Crainte d’une vague Mélenchon aux législatives

Les patrons se raccrochent aux "garde-fous institutionnels" et surtout, aux élections législatives qui rééquilibreraient la balance, en cas de victoire de Marine Le Pen. Leur inquiétude est d’ailleurs forte sur la coloration politique de la prochaine assemblée nationale… en cas de victoire d’Emmanuel Macron.

"Les patrons vont tous voter Macron mais sont très critiques sur son virage à gauche depuis le premier tour", résume un ancien cadre du Medef qui les connait tous. Sa proposition de "dividendes salariés" pour séduire les électeurs de Jean-Luc Mélenchon, est dure à avaler. Sans compter la notion de "planification écologique" lâchée lors de son discours à Marseille le week-end dernier. "On a l’impression que c’est le retour de l’Etat interventionniste !" s’étrangle un grand dirigeant français.

Les milieux économiques s’inquiètent davantage d’un vote massif pour le parti La France Insoumise (LFI) aux élections législatives. Une crainte plus forte que celle de voir Marine Le Pen accéder au pouvoir.

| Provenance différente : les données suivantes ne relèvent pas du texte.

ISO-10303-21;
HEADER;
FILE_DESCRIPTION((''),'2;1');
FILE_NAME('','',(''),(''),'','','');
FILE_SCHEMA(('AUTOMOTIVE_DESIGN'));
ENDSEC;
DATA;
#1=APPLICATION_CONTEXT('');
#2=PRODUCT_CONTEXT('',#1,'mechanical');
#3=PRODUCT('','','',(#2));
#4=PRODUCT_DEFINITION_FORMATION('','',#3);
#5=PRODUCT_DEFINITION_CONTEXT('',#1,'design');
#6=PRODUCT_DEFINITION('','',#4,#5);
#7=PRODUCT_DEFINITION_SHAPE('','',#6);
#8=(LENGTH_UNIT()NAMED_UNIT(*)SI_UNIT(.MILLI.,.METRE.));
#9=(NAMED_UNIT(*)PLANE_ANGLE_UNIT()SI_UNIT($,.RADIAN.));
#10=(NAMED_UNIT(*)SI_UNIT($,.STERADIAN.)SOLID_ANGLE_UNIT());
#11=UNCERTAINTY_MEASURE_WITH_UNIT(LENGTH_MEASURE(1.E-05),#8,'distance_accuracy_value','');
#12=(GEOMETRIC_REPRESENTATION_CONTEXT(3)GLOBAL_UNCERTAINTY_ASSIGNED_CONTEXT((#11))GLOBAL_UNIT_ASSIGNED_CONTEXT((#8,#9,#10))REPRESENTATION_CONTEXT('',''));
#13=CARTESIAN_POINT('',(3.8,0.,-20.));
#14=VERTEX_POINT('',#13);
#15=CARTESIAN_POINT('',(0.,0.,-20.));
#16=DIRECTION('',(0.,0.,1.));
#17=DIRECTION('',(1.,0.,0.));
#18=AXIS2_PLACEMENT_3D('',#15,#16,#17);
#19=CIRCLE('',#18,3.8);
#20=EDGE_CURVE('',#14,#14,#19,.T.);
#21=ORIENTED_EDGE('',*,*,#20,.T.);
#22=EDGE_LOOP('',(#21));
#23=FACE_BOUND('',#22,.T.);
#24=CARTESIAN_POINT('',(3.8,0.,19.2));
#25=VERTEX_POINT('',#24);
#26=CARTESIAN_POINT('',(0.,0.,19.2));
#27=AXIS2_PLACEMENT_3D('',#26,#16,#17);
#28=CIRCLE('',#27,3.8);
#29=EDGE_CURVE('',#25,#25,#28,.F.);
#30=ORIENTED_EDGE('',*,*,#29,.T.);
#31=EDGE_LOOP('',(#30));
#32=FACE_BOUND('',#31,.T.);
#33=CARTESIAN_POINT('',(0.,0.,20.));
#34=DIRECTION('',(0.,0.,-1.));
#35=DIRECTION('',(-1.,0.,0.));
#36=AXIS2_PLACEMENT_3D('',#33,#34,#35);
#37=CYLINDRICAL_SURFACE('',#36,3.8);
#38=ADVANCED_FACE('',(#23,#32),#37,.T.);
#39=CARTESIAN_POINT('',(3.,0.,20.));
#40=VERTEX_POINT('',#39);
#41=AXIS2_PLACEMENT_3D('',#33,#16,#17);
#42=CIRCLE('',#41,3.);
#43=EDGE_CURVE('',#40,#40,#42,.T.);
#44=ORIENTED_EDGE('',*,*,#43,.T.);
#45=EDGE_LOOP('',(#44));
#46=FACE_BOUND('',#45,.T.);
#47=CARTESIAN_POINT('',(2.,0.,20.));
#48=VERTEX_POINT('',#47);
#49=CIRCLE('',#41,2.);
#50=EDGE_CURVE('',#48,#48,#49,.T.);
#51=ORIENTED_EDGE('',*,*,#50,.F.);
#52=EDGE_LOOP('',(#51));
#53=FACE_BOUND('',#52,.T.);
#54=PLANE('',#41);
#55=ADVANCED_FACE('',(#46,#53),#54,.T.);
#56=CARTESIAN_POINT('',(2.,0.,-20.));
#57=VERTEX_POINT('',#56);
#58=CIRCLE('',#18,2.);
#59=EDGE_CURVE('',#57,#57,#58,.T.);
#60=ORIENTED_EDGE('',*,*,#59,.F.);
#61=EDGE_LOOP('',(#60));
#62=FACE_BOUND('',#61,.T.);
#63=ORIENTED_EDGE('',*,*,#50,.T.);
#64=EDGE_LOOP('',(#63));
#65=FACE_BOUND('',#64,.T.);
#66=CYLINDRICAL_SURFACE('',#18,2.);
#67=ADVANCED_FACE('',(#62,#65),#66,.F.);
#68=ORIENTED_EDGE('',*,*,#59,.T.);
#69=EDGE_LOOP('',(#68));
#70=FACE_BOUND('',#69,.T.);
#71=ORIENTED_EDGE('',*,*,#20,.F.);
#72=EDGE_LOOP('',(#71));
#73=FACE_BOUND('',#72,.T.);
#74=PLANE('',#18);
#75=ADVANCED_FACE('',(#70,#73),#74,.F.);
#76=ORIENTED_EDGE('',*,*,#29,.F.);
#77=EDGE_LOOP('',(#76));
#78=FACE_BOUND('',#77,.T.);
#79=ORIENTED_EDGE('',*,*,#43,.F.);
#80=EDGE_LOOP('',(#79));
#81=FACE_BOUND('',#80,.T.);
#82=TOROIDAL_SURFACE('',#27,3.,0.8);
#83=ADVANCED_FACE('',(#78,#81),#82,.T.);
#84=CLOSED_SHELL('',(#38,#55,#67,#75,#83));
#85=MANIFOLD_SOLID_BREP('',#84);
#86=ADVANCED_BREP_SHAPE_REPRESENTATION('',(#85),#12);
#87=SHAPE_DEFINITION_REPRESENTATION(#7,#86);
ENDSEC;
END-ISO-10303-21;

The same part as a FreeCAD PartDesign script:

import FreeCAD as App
import Part
import Sketcher
from FreeCAD import Vector


def edges_at(feature, points):
    """Names of the edges that pass closest to the given points."""
    edges = feature.Shape.Edges
    near = lambda p: min(range(len(edges)), key=lambda i: edges[i].distToShape(Part.Vertex(*p))[0])
    return sorted({f"Edge{near(p) + 1}" for p in points})

doc = App.newDocument("Part")
params = doc.addObject("Spreadsheet::Sheet", "Params")
for row, (alias, value) in enumerate([
    ("sketch1_diameter", "7.6 mm"),
    ("pad1_length", "40 mm"),
    ("sketch2_diameter", "4 mm"),
    ("fillet_radius", "0.8 mm"),
], start=1):
    params.set(f"A{row}", alias)
    params.set(f"B{row}", "=" + value)
    params.setAlias(f"B{row}", alias)

body = doc.addObject("PartDesign::Body", "Body")

# Sketch on XY plane
sketch1 = body.newObject("Sketcher::SketchObject", "Sketch")
sketch1.AttachmentSupport = (doc.getObject("XY_Plane"), [""])
sketch1.MapMode = "FlatFace"
sketch1.addGeometry(Part.Circle(Vector(0, 0, 0), Vector(0, 0, 1), 3.8), False)
sketch1.addConstraint(Sketcher.Constraint("Coincident", 0, 3, -1, 1))
sketch1.addConstraint(Sketcher.Constraint("Diameter", 0, 7.6))
sketch1.setExpression("Constraints[1]", "Params.sketch1_diameter")
pad1 = body.newObject("PartDesign::Pad", "Pad")
pad1.Profile = sketch1
pad1.setExpression("Length", "Params.pad1_length")
pad1.Midplane = True

# Sketch on XY plane
sketch2 = body.newObject("Sketcher::SketchObject", "Sketch001")
sketch2.AttachmentSupport = (doc.getObject("XY_Plane"), [""])
sketch2.MapMode = "FlatFace"
sketch2.addGeometry(Part.Circle(Vector(0, 0, 0), Vector(0, 0, 1), 2), False)
sketch2.addConstraint(Sketcher.Constraint("Coincident", 0, 3, -1, 1))
sketch2.addConstraint(Sketcher.Constraint("Diameter", 0, 4.0))
sketch2.setExpression("Constraints[1]", "Params.sketch2_diameter")
pocket1 = body.newObject("PartDesign::Pocket", "Pocket")
pocket1.Profile = sketch2
pocket1.Type = "ThroughAll"
pocket1.Midplane = True
doc.recompute()

fillet = body.newObject("PartDesign::Fillet", "Fillet")
fillet.Base = (pocket1, edges_at(pocket1, [(-3.8, 0, 20)]))
fillet.setExpression("Radius", "Params.fillet_radius")

doc.recompute()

"Le problème est que les patrons n’ont pas le choix, c’est Macron ou rien car la gauche et la droite républicaine n’existent plus, conclut un de leurs grands spin-doctor. Economiquement, Mélenchon est aussi effarant que Le Pen !". Le milieu des affaires se prépare déjà à un lobbying, dès lundi prochain, pour pousser Emmanuel Macron à rester bien au centre.